**Your instructions**
Work out how many lines of the entries have the word "http" in them. Respond with that number only.

**Given records**
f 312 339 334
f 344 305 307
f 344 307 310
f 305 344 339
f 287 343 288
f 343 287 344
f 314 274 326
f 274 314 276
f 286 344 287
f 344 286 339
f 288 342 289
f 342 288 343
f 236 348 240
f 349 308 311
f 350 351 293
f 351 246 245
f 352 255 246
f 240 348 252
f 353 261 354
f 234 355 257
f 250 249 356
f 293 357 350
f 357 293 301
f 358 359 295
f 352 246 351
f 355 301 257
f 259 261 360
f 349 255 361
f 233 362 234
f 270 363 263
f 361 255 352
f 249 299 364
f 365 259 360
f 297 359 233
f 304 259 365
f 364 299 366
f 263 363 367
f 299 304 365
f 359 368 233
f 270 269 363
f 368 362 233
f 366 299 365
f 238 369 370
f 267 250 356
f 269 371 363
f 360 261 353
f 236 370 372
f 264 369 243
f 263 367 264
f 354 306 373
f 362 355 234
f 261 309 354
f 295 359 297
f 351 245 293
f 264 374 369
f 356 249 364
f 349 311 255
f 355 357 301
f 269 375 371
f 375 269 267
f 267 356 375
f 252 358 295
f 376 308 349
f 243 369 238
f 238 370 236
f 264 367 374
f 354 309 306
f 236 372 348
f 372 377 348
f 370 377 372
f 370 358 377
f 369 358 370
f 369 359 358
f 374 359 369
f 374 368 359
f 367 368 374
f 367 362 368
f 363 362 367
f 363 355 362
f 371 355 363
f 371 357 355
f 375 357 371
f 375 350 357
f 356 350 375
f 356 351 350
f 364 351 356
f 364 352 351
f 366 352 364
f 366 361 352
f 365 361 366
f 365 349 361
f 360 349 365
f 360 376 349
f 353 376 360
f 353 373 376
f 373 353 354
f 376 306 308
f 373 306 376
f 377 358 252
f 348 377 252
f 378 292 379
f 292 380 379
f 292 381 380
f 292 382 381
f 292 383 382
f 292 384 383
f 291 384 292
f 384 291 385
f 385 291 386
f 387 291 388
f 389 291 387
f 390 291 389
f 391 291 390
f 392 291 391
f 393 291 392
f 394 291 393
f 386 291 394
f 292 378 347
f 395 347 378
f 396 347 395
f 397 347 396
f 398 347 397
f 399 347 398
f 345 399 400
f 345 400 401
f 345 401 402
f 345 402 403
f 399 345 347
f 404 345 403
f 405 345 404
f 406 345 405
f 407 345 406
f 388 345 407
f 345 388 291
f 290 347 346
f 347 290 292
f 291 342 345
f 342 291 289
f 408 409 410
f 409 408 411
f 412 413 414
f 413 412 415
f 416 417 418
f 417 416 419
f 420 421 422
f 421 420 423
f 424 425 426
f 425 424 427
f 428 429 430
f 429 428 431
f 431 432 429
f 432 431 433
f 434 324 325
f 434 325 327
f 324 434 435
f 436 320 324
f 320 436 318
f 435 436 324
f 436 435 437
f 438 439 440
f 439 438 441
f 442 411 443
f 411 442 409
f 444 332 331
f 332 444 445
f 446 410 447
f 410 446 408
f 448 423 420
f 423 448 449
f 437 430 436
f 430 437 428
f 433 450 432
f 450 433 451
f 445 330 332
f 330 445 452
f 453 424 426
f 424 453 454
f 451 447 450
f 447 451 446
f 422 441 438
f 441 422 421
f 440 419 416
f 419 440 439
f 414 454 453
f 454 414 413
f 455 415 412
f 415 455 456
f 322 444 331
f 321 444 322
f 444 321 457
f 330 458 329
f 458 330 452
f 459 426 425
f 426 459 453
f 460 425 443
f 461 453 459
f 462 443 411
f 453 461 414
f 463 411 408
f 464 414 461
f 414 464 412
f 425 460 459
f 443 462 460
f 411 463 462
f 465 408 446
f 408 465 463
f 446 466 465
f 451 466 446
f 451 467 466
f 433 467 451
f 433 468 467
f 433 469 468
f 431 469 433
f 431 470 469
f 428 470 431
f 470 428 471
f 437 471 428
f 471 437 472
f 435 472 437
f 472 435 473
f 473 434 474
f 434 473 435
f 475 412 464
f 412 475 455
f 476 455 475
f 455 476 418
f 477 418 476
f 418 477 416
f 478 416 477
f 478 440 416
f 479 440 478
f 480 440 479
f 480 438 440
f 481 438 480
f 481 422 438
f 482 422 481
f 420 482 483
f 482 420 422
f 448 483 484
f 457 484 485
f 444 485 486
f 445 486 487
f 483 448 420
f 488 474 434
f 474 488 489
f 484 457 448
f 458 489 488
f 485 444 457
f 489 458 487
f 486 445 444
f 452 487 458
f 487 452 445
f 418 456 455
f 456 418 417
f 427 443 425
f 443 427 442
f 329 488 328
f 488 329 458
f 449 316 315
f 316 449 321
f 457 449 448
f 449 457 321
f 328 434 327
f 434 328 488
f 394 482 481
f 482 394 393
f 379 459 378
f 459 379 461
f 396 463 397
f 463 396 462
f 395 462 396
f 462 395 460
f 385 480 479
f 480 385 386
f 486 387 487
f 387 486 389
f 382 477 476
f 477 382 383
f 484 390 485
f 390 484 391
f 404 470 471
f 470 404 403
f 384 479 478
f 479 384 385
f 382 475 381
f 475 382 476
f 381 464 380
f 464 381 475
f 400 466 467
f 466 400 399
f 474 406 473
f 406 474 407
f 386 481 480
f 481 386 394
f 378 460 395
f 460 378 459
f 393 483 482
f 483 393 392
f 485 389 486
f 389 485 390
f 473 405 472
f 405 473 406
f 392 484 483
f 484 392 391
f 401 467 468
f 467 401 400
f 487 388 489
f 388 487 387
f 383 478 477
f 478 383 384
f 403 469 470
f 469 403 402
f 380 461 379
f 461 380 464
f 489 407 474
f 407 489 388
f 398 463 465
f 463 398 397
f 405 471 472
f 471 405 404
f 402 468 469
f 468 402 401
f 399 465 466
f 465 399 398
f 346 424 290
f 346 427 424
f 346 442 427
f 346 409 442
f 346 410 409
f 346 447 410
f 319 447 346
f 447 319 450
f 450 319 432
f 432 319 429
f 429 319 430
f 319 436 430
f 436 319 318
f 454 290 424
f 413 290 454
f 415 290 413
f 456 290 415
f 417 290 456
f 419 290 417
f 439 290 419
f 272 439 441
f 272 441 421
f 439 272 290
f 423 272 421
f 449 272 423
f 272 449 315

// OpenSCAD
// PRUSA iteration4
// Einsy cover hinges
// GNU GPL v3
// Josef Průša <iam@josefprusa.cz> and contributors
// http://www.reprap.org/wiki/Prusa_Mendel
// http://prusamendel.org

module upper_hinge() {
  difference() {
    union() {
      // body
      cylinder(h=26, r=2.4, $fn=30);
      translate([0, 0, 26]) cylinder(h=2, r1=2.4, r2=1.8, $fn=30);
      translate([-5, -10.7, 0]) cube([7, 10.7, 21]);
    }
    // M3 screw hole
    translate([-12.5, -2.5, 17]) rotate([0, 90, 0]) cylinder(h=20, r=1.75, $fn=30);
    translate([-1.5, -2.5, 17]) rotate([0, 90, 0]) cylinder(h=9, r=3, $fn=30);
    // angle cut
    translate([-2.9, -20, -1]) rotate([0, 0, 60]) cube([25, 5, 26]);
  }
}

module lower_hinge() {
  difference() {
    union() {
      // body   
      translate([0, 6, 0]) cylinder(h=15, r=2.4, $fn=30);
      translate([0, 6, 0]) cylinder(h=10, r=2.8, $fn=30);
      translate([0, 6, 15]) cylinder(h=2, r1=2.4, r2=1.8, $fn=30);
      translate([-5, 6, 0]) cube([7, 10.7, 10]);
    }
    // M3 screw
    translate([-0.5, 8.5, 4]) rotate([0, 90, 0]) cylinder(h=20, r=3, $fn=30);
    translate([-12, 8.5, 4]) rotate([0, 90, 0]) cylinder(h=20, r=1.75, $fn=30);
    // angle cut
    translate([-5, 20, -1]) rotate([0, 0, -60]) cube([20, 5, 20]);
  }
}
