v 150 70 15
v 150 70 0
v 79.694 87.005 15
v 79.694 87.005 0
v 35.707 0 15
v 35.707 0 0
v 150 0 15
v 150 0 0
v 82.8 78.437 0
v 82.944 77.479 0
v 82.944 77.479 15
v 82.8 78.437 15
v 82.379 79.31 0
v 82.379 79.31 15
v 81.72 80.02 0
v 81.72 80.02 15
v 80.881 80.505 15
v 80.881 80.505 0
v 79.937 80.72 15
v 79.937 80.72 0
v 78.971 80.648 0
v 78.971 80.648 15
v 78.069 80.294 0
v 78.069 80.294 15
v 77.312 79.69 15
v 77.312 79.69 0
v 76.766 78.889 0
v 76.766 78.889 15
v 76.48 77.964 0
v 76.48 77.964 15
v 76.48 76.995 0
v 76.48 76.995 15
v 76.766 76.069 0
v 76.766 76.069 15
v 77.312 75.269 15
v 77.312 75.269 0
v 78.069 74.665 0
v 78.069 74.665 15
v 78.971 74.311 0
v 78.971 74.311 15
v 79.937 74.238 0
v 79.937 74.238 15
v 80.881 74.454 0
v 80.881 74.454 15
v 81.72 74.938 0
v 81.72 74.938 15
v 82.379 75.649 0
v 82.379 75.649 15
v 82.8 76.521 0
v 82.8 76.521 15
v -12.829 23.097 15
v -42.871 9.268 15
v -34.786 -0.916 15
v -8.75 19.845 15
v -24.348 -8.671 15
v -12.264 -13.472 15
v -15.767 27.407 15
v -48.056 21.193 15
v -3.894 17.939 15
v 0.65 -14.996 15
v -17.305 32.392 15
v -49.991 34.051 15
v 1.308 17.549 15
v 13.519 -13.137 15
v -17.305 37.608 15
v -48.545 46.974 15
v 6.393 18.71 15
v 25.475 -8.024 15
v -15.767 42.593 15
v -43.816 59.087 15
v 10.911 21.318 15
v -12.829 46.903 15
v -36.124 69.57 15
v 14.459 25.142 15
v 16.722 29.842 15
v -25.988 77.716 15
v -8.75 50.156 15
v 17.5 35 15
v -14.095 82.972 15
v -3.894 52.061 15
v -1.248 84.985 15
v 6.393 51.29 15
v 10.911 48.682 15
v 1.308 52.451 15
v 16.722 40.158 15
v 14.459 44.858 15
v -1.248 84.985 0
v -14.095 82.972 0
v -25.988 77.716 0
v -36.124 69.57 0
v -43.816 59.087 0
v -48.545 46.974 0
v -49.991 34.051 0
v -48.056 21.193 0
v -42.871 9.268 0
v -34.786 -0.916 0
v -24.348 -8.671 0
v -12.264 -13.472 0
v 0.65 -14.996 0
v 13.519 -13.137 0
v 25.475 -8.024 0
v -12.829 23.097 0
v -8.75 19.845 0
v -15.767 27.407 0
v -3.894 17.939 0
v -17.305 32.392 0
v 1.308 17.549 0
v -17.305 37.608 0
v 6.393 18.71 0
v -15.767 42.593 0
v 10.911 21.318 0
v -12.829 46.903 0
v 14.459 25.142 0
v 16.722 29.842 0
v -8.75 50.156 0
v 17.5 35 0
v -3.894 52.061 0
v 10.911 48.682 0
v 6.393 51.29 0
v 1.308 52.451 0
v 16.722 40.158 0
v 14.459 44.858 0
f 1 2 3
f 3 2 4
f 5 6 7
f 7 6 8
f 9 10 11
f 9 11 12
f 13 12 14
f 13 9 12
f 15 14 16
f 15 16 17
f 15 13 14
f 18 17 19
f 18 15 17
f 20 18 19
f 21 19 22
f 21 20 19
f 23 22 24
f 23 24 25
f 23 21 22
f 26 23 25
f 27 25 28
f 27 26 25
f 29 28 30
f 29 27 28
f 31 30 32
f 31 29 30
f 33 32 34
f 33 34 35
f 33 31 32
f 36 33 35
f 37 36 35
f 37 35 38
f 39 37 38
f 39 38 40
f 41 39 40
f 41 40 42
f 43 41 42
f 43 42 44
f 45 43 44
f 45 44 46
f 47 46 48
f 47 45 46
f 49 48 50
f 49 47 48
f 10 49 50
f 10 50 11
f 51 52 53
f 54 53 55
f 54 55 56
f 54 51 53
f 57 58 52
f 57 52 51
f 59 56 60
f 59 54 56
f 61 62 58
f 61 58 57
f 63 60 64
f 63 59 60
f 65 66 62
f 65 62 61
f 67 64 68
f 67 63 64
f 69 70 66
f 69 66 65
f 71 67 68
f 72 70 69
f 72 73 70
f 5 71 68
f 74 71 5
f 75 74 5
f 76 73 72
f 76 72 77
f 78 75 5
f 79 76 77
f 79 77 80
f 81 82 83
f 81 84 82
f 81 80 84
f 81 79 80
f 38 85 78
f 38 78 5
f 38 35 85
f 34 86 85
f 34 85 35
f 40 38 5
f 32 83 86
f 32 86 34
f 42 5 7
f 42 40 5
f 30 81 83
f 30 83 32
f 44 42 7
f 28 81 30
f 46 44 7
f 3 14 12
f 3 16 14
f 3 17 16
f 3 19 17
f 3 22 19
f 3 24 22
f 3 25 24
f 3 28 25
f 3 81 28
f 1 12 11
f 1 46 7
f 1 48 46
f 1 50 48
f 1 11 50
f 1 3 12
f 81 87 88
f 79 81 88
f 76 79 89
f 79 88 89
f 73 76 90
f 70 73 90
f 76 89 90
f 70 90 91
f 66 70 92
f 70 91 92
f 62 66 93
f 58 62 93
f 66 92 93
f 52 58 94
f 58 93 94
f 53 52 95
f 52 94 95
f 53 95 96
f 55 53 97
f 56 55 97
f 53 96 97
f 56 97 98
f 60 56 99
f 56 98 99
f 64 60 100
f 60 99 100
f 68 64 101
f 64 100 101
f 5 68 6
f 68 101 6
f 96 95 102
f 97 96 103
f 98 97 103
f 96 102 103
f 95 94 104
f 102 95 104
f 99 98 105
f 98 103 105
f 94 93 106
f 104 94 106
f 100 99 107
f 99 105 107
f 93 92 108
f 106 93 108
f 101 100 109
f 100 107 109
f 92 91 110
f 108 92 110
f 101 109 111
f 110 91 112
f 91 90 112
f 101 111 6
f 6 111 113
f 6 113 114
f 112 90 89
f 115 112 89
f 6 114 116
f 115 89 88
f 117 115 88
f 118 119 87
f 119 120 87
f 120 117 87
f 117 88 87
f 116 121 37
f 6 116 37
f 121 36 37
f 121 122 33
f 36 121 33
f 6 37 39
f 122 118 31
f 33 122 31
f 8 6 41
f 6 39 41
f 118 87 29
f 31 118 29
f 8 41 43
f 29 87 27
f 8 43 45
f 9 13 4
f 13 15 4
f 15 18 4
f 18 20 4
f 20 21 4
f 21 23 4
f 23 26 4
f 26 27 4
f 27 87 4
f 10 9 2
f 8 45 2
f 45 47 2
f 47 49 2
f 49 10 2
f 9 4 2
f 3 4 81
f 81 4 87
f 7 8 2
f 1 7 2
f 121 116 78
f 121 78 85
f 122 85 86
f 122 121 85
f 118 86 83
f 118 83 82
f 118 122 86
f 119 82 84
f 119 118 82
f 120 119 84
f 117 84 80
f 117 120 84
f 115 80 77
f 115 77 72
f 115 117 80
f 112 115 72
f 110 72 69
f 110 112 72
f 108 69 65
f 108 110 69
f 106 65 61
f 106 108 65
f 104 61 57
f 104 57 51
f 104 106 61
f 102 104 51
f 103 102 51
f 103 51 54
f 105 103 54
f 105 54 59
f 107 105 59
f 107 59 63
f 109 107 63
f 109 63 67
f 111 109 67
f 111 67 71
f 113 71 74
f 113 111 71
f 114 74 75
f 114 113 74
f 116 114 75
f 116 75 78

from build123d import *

# Parameters (mm, degrees)
SKETCH1_R           = 17.5
SKETCH1_R_2         = 3.25
BOSS_EXTRUDE1_DEPTH = 15


with BuildPart() as part:
    # Sketch1 → Boss-Extrude1 (new body)
    with BuildSketch(Plane.XY):
        with BuildLine():
            Line((149.99990581, 70.000115429), (79.694106831, 87.00526078))
            Line((79.694106831, 87.00526078), (-1.24795586, 84.984541416))
            ThreePointArc((-1.24795586, 84.984541416), (-45.852560512, 15.061426098), (35.707047952, 0.000115429))
            Line((35.707047952, 0.000115429), (149.99990581, 0.000115429))
            Line((149.99990581, 0.000115429), (149.99990581, 70.000115429))
        make_face()
        with Locations((-9.419e-05, 35.000115429)):
            Circle(SKETCH1_R, mode=Mode.SUBTRACT)
        with Locations((79.694106831, 77.479356086)):
            Circle(SKETCH1_R_2, mode=Mode.SUBTRACT)
    extrude(amount=BOSS_EXTRUDE1_DEPTH)


solid = part.part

**The answer**
2